Last year, Oakdale High School Cheer Coaches, Heather Vieira, Sherry Kupper, and Melissa Xavier, started the Mini Mustang cheer clinic where little girls in grades K-6 would cheer for the first half of a home varsity Mustang game with the Mustang cheerleaders as well as perform the half-time show. The coaches had modest expectations but were blown away when 116 little girls participated.
This year? Well, let’s just say, within the first 15 minutes of sign-ups, the coaches knew they’d need to order more T-shirts.
“I was amazed…in total shock,” Vieira said. “We had 100 girls signed up within the first 15 minutes. At that moment we knew it was going to be huge. We went into panic mode but it was very exciting. Immediately, we called Cen-Cal Apparel for more shirts and in spite of the short notice, he really stepped to the plate.”
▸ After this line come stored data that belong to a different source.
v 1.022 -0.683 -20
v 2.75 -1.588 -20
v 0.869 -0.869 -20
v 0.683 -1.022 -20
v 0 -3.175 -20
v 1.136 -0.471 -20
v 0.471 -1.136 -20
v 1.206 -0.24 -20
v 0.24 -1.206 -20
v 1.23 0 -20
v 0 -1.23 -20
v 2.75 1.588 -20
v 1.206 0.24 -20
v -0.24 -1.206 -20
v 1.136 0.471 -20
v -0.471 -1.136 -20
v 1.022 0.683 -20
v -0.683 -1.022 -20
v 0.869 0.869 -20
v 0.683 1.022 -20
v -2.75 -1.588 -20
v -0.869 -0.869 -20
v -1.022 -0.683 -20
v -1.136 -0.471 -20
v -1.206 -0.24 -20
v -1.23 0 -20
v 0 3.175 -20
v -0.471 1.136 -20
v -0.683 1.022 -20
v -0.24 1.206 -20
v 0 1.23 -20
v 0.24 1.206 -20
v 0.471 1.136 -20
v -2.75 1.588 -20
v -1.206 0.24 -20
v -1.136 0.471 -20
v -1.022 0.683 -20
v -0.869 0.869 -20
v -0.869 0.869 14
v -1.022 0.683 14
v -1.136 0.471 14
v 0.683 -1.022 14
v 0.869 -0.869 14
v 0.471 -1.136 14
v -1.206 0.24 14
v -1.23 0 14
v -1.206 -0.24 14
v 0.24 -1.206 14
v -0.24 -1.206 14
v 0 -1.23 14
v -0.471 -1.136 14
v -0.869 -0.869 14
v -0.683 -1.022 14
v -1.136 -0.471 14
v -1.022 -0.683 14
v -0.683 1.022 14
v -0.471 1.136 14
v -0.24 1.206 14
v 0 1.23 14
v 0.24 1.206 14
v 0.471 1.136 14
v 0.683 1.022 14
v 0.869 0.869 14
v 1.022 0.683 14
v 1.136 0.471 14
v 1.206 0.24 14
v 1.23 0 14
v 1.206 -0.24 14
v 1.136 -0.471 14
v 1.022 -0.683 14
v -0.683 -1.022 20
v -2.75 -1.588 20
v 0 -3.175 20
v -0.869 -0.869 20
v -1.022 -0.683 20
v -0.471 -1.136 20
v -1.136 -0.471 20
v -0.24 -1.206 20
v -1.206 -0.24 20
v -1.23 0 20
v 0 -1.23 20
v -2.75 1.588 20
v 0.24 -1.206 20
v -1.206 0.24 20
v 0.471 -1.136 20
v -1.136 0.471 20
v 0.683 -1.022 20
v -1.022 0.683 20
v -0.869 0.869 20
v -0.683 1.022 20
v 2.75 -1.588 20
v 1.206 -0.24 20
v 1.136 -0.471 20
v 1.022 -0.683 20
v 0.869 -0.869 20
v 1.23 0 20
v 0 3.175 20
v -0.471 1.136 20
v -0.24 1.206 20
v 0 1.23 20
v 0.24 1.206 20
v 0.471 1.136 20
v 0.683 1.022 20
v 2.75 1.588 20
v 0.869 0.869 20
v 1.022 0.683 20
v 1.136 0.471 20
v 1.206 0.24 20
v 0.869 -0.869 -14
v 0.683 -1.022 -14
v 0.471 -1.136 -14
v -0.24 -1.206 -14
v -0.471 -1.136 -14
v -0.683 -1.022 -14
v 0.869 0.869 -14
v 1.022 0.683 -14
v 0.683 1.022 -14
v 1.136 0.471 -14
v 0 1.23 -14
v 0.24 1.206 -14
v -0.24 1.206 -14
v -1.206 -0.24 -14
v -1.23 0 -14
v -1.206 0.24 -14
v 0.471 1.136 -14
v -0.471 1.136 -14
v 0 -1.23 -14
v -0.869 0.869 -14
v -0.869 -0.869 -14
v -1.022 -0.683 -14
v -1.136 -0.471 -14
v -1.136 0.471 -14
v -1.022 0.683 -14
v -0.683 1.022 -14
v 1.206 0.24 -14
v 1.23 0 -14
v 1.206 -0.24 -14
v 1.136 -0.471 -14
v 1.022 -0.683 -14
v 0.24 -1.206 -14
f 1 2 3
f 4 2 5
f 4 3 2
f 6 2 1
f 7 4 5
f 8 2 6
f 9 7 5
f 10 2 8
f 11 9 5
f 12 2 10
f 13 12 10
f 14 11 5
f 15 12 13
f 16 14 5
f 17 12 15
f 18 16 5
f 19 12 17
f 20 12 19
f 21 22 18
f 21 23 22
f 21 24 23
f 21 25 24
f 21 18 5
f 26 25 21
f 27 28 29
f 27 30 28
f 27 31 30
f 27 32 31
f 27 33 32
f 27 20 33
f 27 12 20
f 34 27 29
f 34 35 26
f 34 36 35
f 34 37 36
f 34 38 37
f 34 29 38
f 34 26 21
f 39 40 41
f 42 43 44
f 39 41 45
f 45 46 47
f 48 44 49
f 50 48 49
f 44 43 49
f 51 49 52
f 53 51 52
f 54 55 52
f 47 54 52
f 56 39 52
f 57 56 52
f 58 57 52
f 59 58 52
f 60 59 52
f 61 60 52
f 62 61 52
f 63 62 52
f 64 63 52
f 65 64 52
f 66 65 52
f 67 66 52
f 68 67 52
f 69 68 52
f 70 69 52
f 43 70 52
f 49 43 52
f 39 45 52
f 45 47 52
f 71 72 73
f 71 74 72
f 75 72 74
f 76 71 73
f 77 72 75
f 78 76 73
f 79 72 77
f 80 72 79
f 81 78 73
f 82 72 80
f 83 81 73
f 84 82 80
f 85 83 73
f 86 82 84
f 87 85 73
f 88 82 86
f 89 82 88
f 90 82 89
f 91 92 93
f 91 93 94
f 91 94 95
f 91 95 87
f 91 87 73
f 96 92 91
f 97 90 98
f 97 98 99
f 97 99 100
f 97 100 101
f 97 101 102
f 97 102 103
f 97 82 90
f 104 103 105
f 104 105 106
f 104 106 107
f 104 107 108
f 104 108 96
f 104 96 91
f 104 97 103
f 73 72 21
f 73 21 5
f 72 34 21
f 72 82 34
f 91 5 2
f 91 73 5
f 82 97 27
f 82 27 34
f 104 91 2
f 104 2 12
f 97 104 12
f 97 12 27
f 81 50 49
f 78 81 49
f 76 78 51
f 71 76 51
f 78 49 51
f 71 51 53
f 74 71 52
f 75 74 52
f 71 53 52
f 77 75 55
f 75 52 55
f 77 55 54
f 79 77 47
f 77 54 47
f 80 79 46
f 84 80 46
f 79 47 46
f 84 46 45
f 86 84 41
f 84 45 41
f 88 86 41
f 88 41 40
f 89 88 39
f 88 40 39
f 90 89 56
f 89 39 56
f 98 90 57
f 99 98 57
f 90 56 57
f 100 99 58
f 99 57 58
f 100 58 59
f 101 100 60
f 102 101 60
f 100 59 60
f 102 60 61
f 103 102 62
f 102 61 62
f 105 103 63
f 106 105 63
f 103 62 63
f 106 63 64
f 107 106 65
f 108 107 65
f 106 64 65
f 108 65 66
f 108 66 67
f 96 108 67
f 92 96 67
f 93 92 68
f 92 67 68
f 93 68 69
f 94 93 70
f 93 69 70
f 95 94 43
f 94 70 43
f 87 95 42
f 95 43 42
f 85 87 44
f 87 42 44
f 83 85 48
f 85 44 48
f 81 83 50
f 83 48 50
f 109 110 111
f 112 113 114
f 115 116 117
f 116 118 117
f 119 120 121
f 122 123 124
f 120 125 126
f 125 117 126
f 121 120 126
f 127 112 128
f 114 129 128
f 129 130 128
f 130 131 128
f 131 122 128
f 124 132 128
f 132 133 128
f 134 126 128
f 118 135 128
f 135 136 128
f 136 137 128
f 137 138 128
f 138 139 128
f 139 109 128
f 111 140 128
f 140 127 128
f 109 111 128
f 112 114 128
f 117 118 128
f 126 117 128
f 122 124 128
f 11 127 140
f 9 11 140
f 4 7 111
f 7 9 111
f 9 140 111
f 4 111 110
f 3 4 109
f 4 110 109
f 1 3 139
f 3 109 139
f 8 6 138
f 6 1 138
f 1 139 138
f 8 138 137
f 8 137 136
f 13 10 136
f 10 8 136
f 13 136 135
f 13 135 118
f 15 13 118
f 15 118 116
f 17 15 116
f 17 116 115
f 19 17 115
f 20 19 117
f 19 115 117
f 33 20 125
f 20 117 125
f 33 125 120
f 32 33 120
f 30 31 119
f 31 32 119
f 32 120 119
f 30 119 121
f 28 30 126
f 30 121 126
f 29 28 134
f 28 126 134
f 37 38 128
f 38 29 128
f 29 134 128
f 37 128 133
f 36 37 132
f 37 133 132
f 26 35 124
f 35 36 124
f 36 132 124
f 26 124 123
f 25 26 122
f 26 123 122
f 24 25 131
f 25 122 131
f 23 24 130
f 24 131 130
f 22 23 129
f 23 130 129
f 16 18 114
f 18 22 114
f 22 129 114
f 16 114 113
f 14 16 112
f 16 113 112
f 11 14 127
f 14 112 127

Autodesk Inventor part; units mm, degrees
ref_plane "YZ Plane" through (0, 0, 0) normal (1, 0, 0) x (0, 1, 0)
ref_plane "XZ Plane" through (0, 0, 0) normal (0, 1, 0) x (-1, 0, 0)
ref_plane "XY Plane" through (0, 0, 0) normal (0, 0, 1) x (1, 0, 0)
sketch "スケッチ1" plane through (0, 0, 0) normal (0, 0, 1) x (1, 0, 0)
  line L0 (2.75, 1.5877) -> (2.75, -1.5877)
  line L1 (2.75, -1.5877) -> (0, -3.1754)
  line L2 (0, -3.1754) -> (-2.75, -1.5877)
  line L3 (-2.75, -1.5877) -> (-2.75, 1.5877)
  line L4 (-2.75, 1.5877) -> (0, 3.1754)
  line L5 (0, 3.1754) -> (2.75, 1.5877)
  point P0 (0, 0)
  point P1 (0, 0)
  dimension "d0" = 5.5
extrude "押し出し1" add sketch "スケッチ1" along normal blind 20
sketch "スケッチ2" plane through (0, 0, 20) normal (0, 0, 1) x (1, 0, 0)
  point P0 (0, 0)
  point P1 (0, 0)
hole "穴1" at (0, 0, 20) direction (0, 0, -1) diameter 2.459 depth 6 thread size "M3x0.5" class "6H" standard "ISO Metric profile"
mirror "ミラー1" about plane through (0, 0, 0) normal (0, 0, -1) of "押し出し1", "穴1"
properties part number "ASU-340" material "ステンレス鋼 AISI 304"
The Mini Mustang clinic pulled in 258 little girls, the biggest and most overwhelming show of support for the cheer program the coaches have ever seen and they’re already planning the third clinic.
“The first year we thought, maybe, we’d have 40 to 50 girls,” Vieira said, adding that this year they warned the Sports Boosters so they could prepare more food. “Last year, there were so many more people than expected that the snack shack ran out of food.”
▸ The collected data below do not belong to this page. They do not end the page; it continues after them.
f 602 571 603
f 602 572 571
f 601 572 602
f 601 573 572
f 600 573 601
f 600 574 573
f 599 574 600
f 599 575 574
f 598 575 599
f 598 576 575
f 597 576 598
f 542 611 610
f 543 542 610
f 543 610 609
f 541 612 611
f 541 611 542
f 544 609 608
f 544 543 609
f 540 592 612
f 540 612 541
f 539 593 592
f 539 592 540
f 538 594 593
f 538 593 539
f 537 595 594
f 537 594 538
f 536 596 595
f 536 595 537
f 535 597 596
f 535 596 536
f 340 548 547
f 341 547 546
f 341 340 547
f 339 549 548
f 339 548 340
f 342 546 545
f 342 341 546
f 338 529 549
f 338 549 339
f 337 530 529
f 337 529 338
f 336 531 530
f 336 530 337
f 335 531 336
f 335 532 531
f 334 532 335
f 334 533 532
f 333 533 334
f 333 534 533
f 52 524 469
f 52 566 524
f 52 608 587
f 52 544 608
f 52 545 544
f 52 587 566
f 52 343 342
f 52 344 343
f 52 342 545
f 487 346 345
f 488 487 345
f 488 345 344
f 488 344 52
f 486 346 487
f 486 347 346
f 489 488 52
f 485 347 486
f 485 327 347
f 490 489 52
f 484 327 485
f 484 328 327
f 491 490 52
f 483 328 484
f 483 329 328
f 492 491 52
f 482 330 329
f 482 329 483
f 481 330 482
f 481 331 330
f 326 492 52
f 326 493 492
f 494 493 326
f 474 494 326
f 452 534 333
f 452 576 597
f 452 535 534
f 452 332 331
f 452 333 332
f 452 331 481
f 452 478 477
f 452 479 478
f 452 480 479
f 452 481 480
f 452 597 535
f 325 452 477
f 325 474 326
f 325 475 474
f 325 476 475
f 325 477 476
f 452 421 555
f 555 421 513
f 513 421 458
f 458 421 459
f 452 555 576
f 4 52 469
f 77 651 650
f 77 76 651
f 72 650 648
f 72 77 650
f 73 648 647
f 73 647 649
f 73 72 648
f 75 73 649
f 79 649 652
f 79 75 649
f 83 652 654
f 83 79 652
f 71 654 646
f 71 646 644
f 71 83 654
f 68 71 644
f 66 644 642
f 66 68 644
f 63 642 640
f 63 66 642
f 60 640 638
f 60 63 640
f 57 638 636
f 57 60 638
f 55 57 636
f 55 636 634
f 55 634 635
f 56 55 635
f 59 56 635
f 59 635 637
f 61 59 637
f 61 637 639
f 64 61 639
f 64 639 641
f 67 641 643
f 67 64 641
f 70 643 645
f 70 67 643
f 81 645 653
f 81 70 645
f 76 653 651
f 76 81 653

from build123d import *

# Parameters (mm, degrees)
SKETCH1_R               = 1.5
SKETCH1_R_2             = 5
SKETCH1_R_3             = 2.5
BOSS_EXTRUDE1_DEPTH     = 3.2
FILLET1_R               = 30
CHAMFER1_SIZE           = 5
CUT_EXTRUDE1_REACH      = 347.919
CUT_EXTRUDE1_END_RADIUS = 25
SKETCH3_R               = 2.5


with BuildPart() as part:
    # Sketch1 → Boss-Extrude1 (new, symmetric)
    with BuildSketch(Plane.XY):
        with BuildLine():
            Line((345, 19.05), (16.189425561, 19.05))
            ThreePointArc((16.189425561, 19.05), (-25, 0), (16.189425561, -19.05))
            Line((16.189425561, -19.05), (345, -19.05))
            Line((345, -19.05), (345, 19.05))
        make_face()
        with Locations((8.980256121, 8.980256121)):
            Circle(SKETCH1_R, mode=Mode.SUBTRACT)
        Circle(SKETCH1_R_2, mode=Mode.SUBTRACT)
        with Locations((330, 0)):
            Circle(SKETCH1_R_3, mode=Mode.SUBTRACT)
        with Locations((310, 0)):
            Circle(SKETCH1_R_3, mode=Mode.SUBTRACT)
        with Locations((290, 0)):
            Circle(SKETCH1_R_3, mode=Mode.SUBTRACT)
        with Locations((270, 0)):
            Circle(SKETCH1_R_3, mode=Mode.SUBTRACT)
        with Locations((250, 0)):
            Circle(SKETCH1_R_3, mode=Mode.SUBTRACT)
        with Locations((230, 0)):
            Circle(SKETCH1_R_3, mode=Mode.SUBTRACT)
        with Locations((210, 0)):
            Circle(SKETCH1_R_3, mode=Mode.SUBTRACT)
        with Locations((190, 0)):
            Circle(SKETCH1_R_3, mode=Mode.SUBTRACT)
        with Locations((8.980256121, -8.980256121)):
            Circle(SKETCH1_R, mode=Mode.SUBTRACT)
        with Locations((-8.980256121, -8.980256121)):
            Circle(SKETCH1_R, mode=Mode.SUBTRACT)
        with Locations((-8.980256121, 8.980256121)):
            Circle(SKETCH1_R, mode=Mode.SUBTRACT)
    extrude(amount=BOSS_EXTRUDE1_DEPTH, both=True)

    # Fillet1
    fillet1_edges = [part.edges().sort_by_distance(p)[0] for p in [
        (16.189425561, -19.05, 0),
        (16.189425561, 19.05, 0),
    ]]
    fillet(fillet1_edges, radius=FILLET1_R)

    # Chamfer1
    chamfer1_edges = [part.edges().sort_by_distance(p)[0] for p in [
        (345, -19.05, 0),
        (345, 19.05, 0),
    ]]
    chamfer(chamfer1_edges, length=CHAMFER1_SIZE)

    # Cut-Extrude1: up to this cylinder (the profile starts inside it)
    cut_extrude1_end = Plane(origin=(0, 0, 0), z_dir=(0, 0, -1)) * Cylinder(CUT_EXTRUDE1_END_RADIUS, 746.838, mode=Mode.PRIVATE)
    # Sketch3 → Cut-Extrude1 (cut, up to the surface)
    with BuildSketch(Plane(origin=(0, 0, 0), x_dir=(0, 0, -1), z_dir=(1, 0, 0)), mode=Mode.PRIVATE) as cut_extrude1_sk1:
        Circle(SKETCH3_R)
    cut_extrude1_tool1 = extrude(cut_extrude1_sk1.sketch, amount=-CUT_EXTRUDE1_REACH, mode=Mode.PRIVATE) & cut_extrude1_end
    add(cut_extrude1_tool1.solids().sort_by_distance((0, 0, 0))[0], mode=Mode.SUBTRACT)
More people, more food, more ticket sales equals happy bookkeepers all around as the Mini Mustang clinic packed The Corral for the Friday, Sept. 20 game against visiting Paraclete. Spectators were spilling out onto the visitor side of the stadium as seating space was at a premium with so many people packed in like sardines on the home side.
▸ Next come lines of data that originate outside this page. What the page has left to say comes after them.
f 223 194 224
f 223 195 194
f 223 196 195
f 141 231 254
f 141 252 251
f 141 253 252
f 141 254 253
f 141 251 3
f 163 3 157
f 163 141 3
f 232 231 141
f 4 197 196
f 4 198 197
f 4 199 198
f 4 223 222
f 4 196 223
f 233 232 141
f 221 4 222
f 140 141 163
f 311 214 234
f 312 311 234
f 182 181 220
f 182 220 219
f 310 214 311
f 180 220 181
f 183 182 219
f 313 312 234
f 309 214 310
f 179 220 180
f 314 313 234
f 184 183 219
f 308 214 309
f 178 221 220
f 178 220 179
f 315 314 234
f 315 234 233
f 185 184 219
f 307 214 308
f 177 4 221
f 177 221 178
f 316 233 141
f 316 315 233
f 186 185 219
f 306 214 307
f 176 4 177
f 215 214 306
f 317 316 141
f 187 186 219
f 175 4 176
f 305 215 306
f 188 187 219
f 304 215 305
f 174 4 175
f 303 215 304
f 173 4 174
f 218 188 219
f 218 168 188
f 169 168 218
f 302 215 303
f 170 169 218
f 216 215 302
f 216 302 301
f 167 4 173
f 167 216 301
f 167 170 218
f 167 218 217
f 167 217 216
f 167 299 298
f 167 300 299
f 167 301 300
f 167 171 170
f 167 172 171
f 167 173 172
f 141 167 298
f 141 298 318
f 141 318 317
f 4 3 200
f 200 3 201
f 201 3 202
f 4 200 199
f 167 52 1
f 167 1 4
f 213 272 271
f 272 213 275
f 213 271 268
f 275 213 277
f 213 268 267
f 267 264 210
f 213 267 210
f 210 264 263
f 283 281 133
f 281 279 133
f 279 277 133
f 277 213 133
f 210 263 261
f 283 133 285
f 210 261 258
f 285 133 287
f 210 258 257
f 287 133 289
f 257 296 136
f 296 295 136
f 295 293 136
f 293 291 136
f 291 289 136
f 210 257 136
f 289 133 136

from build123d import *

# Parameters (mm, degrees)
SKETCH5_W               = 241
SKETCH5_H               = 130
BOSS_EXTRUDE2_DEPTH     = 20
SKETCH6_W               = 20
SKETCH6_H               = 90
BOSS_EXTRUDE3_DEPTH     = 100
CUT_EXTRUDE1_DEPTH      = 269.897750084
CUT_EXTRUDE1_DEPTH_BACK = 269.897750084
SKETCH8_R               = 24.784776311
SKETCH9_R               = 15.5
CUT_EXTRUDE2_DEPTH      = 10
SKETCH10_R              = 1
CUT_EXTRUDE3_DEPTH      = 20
The idea for the clinic came when Vieira and Kupper visited neighboring schools during the summer and noted the popularity of the mini clinics. Both Escalon High School and Sierra in Manteca host successful mini cheer clinics. The Oakdale coaches were interested but weren’t entirely sure how to make it work in Mustang territory.
“We made up the clinic on our own,” Kupper said. “We only saw the finished result, not the actual camp. We tried to put it all together from what we’d seen.”
And judging by the happy, silly smiles on every cute face out there (as well as the proud parents crowding the stands) they did a great job.
The success of the clinic represents many things to the cheerleaders and their coaches — for one, it means they can actually hold an end-of-the-year banquet for the girls and two, they can pull from a reserve if the need arises, rather than scrambling at the last minute.
Such as what happened last year when the Mustangs battled Serra in the State bowl down south. At the time there was no money in the budget to take the cheerleaders and if not for the mad dash fundraising blitz, the girls would’ve been watching the game from their living rooms, rather than cheering from the sidelines.
“Our town made such an impact at the State game and it wouldn’t have been right if the girls hadn’t been able to cheer for the boys,” Kupper said. “Now, we’ll have money for those kinds of things, as well as perks for the girls.”
Coaches, much like teachers, often dip into their own pocket for their students. Now that they have a little money in the bank, incentives for the girls will no longer have to come from the coaches’ wallet.
“The money will also go to pay for stunt clinics,” Kupper said. “We pay Starstruck to come out and teach us new stunts and how to do them safely.”
Vieira added, “Because of last year’s clinic we were able to have our banquet catered!”
While the money is great, the impact on the little girls and their big girl mentors is truly golden.
“We always tell the girls that they are being an inspiration to the little girls and because of that, they have to hold themselves to a higher standard,” Vieira said. “The (older) girls had a great time. I loved watching them interact with the little girls; they were really great.”
An unexpected benefit? Giving the older girls a new appreciation for their coaches’ hard work. Vieira laughed, saying, “They were, like, this is hard work!”
At the end of the day, the coaches hope the little girls go away with more than just a T-shirt and a few cute pictures — something that will stay with them for rest of their lives.
“Our hope is that they leave with a love for cheer,” Kupper said. “We want it to be a memorable experience that they will always cherish.”